Special Issue Information

Dear Colleagues,

This Special Issue focuses on the latest advancements in dairy products. Dairy products, such as milk, cheese, yogurt, and ice cream, play a pivotal role in human nutrition, providing high-quality protein, calcium, and other essential nutrients. Research on dairy products is extensive, aiming to enhance their quality, safety, and functionality.

Objectives of this Special Issue:

  • To present the latest scientific achievements in the field of dairy products;
  • To discuss current trends and challenges in the production and processing of dairy products;
  • To exchange knowledge between scientists, food technologists, and representatives of the dairy industry;
  • To inspire further research and development in this field.

Topics covered in this Special Issue include the following:

  • Chemical composition of dairy products: Analysis of nutritional components, bioactive compounds, and potential allergens;
  • Physical and rheological properties: Studies on texture, viscosity, syneresis, and other properties affecting the sensory quality of products;
  • Novel production and processing methods: Development of innovative production technologies such as fermentation, microfiltration, ultrafiltration, and nanotechnology;
  • Application of new ingredients and additives: Impact on the quality, shelf life, and functionality of dairy products;
  • Development of new products: Creation of dairy products with special properties, such as probiotic, functional, and products designed for specific consumer groups (e.g., children, the elderly);
  • Analytical methods: Modern analytical techniques for determining the composition and quality of dairy products;
  • Food safety: Issues related to microbiology, toxicology, and the safety of dairy products.

Prof.
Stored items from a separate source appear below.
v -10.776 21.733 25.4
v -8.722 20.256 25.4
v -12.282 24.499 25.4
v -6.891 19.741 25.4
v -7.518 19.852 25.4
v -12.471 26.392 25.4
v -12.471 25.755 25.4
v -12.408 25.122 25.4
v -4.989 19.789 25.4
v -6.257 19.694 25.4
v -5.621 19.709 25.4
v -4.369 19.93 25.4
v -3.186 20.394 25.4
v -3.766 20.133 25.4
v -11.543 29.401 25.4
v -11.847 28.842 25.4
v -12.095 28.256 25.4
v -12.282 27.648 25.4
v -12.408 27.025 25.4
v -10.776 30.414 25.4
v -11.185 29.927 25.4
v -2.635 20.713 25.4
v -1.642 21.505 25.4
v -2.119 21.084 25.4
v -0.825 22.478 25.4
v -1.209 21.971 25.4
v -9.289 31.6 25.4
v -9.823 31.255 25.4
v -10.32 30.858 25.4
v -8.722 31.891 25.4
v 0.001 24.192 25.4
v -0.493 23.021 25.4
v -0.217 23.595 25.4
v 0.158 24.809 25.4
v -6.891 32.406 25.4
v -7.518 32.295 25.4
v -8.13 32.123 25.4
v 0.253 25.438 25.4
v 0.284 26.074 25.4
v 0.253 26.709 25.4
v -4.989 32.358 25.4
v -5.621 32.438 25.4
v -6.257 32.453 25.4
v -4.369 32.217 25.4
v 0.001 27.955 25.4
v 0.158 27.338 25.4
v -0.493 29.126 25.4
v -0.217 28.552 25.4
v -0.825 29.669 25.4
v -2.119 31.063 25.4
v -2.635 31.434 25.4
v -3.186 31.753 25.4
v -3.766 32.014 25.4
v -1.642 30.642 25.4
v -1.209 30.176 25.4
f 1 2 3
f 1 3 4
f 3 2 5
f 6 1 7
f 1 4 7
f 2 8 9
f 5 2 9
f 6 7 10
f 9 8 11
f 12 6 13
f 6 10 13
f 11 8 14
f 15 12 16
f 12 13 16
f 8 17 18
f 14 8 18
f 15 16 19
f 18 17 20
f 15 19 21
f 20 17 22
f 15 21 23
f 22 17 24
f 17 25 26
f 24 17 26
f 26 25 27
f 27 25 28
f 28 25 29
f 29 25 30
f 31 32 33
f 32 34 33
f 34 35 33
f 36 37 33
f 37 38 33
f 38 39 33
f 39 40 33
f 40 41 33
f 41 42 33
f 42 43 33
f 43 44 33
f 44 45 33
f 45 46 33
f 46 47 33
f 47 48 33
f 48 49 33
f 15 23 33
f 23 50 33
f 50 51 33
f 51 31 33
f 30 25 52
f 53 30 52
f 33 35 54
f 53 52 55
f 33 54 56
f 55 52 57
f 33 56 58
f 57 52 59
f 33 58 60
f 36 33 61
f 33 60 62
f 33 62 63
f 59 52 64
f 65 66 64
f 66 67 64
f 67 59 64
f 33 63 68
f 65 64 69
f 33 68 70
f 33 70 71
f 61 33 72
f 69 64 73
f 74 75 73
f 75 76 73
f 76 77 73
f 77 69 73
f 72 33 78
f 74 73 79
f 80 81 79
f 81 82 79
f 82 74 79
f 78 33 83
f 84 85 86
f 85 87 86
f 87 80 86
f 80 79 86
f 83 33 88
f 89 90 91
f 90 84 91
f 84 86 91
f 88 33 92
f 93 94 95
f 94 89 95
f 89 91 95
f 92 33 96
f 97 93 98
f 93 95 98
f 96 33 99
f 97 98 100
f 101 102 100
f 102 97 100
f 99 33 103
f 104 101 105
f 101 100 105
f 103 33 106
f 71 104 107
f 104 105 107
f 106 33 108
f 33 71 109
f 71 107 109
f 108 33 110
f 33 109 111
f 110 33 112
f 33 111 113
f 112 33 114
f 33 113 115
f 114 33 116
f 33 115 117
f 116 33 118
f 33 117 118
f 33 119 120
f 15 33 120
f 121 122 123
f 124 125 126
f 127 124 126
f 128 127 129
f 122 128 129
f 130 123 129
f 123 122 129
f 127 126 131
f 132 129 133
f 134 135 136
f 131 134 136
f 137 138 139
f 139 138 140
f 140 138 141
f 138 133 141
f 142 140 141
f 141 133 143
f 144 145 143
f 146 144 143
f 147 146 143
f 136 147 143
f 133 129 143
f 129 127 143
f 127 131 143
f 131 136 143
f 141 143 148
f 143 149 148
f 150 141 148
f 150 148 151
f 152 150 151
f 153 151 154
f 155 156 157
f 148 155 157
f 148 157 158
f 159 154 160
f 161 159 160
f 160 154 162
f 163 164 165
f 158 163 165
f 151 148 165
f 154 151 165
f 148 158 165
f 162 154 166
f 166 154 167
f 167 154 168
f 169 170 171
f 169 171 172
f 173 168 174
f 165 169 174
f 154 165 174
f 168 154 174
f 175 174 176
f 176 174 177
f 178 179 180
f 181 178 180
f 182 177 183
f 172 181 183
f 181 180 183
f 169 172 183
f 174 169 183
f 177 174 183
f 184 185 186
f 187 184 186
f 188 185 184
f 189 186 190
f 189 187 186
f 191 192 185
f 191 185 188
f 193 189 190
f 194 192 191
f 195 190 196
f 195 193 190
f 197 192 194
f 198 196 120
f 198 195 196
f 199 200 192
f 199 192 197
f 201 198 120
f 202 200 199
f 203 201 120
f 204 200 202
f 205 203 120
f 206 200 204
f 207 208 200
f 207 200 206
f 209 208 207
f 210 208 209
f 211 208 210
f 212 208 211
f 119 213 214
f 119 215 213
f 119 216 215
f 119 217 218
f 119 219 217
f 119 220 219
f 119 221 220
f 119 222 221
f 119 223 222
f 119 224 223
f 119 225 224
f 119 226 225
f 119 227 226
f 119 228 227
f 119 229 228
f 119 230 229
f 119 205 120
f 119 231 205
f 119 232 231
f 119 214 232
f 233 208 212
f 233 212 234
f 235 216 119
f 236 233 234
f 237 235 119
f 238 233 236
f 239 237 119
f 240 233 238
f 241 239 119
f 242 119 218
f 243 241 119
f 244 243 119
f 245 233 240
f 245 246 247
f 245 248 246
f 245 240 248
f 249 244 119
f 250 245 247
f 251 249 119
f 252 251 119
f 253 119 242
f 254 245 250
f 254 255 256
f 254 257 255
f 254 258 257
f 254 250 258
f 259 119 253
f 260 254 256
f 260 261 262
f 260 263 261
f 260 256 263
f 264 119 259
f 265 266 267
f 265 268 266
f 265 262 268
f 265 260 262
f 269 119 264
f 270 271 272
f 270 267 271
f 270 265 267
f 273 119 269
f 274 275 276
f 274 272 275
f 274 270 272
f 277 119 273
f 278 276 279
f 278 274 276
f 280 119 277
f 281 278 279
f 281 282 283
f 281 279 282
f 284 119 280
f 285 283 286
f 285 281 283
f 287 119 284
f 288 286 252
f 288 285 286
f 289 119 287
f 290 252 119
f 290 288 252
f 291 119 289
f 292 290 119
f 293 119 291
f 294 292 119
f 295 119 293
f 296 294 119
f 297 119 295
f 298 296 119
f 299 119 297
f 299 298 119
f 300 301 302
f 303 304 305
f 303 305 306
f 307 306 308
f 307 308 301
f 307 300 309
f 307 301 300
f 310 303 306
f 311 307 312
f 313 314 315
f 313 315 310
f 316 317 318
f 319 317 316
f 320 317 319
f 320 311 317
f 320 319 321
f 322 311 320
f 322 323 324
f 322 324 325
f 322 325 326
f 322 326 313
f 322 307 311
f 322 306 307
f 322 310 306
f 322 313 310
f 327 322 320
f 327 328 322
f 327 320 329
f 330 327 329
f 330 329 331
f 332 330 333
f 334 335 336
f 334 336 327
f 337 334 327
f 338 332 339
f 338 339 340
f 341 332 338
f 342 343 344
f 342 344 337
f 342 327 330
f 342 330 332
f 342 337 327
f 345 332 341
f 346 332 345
Dr. Małgorzata Ziarno
Guest Editor

Manuscript Submission Information

Manuscripts should be submitted online at www.mdpi.com by registering and logging in to this website. Once you are registered, click here to go to the submission form. Manuscripts can be submitted until the deadline. All submissions that pass pre-check are peer-reviewed. Accepted papers will be published continuously in the journal (as soon as accepted) and will be listed together on the special issue website. Research articles, review articles as well as short communications are invited. For planned papers, a title and short abstract (about 100 words) can be sent to the Editorial Office for announcement on this website.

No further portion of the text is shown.